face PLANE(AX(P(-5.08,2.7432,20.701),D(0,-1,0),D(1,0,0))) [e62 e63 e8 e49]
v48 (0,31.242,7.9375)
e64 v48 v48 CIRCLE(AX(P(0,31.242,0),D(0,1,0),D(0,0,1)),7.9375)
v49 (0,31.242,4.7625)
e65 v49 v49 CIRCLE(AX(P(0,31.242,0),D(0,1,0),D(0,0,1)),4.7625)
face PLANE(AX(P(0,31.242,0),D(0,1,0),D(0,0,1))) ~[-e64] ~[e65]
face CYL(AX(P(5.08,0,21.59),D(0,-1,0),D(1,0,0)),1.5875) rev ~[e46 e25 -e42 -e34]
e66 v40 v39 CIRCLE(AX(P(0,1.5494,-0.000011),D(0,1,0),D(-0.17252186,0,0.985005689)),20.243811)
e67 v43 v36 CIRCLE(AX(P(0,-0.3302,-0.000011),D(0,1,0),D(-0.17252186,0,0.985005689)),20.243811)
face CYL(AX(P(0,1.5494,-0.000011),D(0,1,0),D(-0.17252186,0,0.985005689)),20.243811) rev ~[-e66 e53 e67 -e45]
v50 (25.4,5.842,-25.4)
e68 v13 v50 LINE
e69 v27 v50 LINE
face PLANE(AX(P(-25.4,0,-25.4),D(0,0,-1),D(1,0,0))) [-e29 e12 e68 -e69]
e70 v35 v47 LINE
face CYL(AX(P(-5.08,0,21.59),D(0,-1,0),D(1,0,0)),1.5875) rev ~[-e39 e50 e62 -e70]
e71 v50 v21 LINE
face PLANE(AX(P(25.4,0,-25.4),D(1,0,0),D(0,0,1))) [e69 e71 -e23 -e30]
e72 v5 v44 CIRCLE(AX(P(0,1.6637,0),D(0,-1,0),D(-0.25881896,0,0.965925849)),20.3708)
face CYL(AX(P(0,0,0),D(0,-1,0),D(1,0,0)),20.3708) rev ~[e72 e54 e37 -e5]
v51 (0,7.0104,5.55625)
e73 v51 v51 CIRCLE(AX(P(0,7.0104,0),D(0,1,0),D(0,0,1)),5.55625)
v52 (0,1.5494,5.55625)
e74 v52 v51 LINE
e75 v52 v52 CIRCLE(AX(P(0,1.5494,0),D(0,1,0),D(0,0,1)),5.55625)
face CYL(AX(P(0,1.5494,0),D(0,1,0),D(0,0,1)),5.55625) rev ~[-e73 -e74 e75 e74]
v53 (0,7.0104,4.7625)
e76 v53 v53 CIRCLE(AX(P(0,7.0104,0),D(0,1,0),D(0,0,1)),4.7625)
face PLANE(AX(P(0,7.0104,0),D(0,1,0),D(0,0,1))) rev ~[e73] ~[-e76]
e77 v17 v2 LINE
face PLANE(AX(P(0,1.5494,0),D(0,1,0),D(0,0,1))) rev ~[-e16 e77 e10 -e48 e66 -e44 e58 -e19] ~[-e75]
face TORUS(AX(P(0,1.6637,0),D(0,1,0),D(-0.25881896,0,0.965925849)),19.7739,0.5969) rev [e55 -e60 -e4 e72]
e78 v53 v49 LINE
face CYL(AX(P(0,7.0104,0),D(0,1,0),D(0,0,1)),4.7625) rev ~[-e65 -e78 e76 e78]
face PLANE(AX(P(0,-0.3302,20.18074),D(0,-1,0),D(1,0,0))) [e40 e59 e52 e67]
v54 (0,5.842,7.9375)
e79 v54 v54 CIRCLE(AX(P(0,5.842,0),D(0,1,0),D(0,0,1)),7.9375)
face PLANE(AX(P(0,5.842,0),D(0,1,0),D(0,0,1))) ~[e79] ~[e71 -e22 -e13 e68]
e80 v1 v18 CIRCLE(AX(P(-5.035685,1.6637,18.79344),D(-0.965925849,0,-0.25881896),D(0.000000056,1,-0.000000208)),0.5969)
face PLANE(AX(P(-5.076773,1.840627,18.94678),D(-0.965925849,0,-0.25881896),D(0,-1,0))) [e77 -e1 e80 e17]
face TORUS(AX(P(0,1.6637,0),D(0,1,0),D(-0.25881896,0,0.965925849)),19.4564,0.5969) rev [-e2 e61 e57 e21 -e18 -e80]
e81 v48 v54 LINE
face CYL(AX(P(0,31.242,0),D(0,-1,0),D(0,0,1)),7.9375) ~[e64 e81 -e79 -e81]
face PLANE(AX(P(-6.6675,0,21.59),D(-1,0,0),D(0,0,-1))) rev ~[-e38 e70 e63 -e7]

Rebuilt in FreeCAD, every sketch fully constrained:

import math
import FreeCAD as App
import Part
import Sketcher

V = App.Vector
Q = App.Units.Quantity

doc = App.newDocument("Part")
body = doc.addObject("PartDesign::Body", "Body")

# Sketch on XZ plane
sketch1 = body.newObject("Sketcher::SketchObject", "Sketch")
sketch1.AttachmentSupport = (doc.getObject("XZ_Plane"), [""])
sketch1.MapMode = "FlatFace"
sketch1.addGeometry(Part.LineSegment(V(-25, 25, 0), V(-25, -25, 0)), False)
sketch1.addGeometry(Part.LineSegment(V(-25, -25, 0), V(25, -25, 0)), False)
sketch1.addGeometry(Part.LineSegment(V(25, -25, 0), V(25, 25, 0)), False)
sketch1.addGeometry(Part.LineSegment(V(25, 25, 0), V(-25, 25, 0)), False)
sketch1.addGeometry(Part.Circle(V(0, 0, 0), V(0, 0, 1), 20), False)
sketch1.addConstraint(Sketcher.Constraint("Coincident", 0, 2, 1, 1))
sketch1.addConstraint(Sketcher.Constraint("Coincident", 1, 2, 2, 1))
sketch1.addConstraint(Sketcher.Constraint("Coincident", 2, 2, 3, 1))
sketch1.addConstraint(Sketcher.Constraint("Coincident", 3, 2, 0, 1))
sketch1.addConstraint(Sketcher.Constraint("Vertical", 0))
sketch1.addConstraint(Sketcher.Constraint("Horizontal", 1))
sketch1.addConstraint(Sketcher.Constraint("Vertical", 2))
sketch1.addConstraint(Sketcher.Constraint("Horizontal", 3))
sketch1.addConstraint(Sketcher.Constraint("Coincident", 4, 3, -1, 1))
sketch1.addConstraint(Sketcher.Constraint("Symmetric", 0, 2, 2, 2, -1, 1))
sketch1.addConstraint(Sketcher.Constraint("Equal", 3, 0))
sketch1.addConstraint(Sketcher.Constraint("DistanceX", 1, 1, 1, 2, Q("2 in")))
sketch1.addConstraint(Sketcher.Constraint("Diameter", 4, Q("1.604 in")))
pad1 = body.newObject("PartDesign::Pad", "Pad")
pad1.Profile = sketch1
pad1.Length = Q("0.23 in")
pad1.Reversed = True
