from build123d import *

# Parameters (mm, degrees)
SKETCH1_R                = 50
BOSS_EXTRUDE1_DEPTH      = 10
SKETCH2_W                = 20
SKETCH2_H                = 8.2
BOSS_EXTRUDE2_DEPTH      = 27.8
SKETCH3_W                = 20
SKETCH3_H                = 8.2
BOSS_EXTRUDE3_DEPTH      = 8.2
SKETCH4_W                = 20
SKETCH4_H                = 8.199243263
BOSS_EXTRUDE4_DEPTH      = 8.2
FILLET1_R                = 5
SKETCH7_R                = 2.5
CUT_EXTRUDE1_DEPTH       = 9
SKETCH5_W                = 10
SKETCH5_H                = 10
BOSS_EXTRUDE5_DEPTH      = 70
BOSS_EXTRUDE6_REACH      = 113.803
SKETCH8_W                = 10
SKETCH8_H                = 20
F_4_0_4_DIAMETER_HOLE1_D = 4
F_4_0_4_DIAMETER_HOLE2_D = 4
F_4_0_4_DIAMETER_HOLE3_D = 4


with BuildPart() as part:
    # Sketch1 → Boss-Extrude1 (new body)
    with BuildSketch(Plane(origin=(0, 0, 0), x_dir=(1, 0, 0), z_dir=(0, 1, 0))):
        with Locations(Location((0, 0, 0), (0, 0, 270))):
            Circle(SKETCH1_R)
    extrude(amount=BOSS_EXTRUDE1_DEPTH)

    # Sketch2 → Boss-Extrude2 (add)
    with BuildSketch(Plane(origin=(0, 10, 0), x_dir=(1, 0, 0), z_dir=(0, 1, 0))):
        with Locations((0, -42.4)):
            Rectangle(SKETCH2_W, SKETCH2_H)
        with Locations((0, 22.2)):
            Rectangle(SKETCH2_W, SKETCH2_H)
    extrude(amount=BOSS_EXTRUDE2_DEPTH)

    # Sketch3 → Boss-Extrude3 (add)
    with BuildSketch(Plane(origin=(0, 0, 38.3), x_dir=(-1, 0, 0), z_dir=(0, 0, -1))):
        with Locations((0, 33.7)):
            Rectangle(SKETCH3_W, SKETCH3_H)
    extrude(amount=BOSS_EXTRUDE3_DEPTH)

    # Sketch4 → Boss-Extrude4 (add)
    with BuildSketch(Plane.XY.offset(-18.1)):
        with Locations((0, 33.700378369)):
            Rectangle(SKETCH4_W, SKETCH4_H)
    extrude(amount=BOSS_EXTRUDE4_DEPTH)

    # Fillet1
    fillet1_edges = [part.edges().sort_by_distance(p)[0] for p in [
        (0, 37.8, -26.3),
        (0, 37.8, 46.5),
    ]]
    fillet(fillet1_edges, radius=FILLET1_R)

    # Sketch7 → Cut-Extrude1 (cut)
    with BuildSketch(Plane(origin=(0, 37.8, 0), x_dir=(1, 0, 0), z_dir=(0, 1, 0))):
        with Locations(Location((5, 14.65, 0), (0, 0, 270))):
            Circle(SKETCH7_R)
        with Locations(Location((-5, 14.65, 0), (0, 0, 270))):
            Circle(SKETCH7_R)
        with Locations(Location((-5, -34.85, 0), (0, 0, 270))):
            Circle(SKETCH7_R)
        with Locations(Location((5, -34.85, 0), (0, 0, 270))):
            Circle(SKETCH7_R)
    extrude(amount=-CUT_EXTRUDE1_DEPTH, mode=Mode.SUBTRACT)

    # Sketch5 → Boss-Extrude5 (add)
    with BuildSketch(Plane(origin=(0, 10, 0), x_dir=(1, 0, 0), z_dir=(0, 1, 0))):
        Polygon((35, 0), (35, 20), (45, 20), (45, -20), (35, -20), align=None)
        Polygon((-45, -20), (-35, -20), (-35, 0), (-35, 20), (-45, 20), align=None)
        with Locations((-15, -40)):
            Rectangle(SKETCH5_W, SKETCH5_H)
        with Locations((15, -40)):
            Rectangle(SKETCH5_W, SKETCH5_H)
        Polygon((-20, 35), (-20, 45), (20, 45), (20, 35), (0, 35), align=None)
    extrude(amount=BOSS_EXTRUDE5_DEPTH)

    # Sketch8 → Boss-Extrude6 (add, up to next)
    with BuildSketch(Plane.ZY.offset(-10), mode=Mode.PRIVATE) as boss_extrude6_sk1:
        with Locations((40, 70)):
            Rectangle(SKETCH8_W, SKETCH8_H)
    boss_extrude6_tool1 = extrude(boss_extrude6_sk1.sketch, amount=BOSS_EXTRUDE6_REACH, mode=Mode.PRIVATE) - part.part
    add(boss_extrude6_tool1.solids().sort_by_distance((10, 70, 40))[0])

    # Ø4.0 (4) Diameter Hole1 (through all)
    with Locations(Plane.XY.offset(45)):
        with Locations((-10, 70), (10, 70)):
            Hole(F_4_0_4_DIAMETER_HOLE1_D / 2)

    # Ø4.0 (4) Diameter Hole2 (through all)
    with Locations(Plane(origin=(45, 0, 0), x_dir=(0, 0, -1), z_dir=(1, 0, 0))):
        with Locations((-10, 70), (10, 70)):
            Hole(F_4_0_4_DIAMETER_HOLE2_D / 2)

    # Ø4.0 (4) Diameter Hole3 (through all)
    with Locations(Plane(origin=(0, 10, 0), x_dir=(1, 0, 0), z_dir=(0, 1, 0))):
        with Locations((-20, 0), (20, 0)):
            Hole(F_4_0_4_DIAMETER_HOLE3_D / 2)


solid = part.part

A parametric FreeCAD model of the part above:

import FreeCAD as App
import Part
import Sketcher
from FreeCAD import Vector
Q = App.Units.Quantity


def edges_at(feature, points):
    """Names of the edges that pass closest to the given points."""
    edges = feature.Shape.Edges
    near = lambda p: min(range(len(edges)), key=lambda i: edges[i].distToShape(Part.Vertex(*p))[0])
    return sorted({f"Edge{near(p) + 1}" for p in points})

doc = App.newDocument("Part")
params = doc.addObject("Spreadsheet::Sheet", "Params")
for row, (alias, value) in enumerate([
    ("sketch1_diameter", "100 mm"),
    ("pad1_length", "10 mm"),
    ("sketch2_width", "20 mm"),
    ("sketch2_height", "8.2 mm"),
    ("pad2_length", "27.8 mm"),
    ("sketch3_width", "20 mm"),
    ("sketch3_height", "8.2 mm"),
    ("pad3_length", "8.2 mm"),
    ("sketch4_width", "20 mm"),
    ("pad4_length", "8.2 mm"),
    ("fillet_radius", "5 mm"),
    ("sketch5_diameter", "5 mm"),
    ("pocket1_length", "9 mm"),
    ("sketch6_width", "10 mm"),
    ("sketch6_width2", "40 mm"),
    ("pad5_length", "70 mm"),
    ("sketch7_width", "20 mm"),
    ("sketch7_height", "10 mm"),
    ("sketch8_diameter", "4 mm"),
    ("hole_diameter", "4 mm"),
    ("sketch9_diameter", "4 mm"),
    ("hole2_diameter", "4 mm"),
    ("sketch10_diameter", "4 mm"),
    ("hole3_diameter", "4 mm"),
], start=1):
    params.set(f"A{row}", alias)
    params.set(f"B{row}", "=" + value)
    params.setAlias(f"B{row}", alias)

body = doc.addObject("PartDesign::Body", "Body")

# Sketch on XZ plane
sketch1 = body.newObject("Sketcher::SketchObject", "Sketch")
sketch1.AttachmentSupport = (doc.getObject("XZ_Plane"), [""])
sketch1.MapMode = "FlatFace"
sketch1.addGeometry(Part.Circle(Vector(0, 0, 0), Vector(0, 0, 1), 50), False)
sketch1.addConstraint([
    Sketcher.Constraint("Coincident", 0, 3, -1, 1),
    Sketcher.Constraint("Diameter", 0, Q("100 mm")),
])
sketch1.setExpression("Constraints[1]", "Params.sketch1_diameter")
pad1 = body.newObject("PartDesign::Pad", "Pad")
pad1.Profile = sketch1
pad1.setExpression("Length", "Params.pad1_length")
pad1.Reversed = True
______________________________
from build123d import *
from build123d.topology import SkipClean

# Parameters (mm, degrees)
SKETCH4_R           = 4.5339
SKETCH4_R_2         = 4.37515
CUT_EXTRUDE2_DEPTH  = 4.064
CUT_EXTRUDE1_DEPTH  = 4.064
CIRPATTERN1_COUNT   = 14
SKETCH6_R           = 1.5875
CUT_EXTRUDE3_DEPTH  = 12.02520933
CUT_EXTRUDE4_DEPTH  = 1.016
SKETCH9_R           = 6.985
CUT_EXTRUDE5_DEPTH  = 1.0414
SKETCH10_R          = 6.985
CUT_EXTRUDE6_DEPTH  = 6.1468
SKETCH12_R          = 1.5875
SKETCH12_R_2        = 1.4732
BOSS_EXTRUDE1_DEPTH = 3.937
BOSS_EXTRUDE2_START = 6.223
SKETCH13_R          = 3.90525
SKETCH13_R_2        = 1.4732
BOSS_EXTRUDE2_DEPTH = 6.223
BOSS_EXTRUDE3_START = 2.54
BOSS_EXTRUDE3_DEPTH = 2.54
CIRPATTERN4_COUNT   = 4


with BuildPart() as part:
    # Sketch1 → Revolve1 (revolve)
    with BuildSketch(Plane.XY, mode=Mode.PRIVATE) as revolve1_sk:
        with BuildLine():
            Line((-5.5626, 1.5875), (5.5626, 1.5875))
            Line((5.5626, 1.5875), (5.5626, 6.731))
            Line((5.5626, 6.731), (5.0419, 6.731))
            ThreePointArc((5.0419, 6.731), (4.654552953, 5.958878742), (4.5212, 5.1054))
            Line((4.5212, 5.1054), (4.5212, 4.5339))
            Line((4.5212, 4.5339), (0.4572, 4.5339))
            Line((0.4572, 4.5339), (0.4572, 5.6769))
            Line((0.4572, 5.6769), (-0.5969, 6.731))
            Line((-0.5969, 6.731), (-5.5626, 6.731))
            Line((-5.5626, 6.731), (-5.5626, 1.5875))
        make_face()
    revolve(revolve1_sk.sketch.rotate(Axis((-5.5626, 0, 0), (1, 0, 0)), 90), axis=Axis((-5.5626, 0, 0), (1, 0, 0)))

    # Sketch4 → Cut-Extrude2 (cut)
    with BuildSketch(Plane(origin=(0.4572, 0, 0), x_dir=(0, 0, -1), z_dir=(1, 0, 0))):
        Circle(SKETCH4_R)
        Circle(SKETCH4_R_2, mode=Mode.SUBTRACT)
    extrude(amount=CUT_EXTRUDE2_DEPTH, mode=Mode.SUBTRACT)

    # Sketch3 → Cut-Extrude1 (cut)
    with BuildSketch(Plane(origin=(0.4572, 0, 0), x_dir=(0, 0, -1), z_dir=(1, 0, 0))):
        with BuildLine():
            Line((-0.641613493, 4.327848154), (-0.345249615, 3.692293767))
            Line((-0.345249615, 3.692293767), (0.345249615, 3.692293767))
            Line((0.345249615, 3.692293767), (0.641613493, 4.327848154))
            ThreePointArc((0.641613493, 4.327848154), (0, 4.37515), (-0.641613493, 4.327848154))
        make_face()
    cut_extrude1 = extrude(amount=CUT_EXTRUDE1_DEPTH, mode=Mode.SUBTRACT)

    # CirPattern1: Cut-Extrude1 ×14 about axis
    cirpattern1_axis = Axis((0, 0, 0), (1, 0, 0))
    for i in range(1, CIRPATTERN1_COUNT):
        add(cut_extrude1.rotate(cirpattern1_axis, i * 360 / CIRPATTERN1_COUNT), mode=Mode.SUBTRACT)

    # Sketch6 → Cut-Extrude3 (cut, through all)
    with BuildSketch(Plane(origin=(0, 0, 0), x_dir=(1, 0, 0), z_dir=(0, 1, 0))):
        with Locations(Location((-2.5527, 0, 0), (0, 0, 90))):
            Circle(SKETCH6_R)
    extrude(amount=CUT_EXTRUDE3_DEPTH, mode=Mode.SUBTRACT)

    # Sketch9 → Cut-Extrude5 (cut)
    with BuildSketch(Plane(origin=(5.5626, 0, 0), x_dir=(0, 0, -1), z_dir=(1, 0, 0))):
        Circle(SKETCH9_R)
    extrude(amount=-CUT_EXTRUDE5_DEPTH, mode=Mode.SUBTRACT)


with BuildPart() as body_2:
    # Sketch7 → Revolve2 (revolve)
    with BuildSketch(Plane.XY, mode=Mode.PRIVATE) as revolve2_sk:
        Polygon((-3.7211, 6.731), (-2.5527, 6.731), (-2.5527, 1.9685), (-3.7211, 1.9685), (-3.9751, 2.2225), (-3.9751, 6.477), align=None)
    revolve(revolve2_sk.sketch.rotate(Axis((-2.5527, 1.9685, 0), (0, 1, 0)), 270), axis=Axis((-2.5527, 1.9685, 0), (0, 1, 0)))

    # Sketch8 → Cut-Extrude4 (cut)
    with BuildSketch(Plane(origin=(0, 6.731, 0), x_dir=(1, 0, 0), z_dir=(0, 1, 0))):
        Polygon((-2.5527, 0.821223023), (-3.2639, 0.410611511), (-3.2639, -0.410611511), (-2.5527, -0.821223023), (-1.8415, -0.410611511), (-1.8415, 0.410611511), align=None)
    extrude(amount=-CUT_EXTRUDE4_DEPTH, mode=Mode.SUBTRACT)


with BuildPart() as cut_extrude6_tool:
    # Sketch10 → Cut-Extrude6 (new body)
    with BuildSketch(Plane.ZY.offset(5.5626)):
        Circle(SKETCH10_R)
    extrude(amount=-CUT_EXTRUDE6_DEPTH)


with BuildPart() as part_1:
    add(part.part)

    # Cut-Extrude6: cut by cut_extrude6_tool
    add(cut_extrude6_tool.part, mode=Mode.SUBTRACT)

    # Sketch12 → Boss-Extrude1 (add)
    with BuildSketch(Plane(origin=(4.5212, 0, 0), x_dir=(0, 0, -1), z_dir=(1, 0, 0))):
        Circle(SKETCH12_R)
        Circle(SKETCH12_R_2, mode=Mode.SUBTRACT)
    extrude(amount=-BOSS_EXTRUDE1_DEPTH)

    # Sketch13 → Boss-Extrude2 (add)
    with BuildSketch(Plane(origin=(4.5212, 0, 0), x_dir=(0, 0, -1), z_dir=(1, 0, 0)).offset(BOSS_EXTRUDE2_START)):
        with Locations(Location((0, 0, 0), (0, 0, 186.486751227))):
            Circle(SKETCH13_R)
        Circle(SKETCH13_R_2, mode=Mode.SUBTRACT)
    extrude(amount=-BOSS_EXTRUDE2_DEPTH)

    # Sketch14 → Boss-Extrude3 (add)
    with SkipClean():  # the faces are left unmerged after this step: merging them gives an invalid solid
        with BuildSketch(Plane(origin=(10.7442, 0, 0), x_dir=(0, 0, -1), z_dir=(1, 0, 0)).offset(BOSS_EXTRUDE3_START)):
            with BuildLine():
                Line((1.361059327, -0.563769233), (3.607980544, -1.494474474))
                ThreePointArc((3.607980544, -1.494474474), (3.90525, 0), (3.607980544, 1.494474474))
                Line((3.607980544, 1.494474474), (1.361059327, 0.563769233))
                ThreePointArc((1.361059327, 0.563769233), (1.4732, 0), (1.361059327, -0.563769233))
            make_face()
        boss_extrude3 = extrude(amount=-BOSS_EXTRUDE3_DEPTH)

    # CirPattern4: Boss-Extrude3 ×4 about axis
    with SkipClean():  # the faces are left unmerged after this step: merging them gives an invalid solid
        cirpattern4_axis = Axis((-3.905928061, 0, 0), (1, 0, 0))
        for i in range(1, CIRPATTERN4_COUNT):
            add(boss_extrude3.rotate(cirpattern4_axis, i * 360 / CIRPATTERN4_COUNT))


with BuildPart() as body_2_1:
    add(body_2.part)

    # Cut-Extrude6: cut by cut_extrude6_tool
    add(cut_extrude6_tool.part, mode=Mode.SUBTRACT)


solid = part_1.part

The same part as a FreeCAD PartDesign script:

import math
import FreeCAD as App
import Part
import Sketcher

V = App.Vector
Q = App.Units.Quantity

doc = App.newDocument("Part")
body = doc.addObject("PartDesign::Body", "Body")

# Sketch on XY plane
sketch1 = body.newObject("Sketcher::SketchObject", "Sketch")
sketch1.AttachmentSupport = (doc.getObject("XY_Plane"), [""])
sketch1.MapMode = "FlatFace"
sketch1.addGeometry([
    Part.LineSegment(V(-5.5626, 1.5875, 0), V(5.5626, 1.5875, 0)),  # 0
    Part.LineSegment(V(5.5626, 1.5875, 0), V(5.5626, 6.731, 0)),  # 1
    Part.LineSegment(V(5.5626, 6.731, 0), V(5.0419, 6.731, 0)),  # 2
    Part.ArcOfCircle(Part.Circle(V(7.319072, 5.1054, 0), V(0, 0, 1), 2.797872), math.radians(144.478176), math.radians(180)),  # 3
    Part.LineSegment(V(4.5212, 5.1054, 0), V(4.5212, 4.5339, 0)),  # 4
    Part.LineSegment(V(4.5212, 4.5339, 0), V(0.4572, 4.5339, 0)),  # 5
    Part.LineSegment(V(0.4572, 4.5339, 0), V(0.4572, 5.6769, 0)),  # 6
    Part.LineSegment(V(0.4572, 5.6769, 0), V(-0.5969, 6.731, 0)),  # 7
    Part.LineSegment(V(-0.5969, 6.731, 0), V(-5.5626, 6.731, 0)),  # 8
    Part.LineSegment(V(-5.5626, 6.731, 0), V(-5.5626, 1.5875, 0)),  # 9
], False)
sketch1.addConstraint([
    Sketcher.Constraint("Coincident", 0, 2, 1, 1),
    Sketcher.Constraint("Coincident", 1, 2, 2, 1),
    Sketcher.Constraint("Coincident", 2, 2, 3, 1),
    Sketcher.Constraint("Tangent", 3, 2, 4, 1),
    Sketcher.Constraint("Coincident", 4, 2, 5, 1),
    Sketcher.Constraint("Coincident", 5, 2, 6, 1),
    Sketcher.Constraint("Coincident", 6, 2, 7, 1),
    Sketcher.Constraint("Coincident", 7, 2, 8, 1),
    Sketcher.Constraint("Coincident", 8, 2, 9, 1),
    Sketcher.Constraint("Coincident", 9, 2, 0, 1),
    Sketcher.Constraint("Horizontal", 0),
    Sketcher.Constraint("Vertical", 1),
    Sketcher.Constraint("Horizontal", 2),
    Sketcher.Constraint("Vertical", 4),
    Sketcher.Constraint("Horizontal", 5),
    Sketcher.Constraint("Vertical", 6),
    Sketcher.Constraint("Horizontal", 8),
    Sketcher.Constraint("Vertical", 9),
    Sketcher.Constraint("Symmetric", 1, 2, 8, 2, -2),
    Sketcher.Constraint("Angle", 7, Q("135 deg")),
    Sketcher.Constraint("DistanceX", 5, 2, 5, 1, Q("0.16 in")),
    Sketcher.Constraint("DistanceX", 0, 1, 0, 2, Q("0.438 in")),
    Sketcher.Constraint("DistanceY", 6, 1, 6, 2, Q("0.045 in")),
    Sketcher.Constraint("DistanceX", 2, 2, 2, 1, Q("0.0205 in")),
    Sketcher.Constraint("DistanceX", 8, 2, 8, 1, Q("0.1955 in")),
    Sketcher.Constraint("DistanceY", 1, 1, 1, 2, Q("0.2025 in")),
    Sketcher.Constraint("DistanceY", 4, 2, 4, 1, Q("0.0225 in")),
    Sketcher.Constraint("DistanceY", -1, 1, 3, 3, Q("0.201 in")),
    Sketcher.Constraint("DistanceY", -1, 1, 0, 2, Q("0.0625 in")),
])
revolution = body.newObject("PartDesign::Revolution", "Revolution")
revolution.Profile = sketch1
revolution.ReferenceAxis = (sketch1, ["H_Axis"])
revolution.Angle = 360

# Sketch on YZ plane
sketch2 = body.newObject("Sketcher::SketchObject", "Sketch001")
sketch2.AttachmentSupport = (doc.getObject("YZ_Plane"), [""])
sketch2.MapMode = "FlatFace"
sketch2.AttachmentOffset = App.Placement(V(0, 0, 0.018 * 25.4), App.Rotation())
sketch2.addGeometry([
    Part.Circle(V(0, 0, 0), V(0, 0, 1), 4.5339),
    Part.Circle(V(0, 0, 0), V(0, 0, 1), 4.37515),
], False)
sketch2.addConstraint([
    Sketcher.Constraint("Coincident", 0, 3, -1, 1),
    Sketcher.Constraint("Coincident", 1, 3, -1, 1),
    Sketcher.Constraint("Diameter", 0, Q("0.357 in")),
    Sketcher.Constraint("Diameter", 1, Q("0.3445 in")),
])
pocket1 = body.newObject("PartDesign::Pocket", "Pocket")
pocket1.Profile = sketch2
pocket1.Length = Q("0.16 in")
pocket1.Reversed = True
______________________________
With the line that has "v53 (0,7.0104,4.7625)" as the first and the line that has "v54 (0,5.842,7.9375)" as the last, repeat exactly that run of lines above and no more.

EXERCISE OUTPUT:
v53 (0,7.0104,4.7625)
e76 v53 v53 CIRCLE(AX(P(0,7.0104,0),D(0,1,0),D(0,0,1)),4.7625)
face PLANE(AX(P(0,7.0104,0),D(0,1,0),D(0,0,1))) rev ~[e73] ~[-e76]
e77 v17 v2 LINE
face PLANE(AX(P(0,1.5494,0),D(0,1,0),D(0,0,1))) rev ~[-e16 e77 e10 -e48 e66 -e44 e58 -e19] ~[-e75]
face TORUS(AX(P(0,1.6637,0),D(0,1,0),D(-0.25881896,0,0.965925849)),19.7739,0.5969) rev [e55 -e60 -e4 e72]
e78 v53 v49 LINE
face CYL(AX(P(0,7.0104,0),D(0,1,0),D(0,0,1)),4.7625) rev ~[-e65 -e78 e76 e78]
face PLANE(AX(P(0,-0.3302,20.18074),D(0,-1,0),D(1,0,0))) [e40 e59 e52 e67]
v54 (0,5.842,7.9375)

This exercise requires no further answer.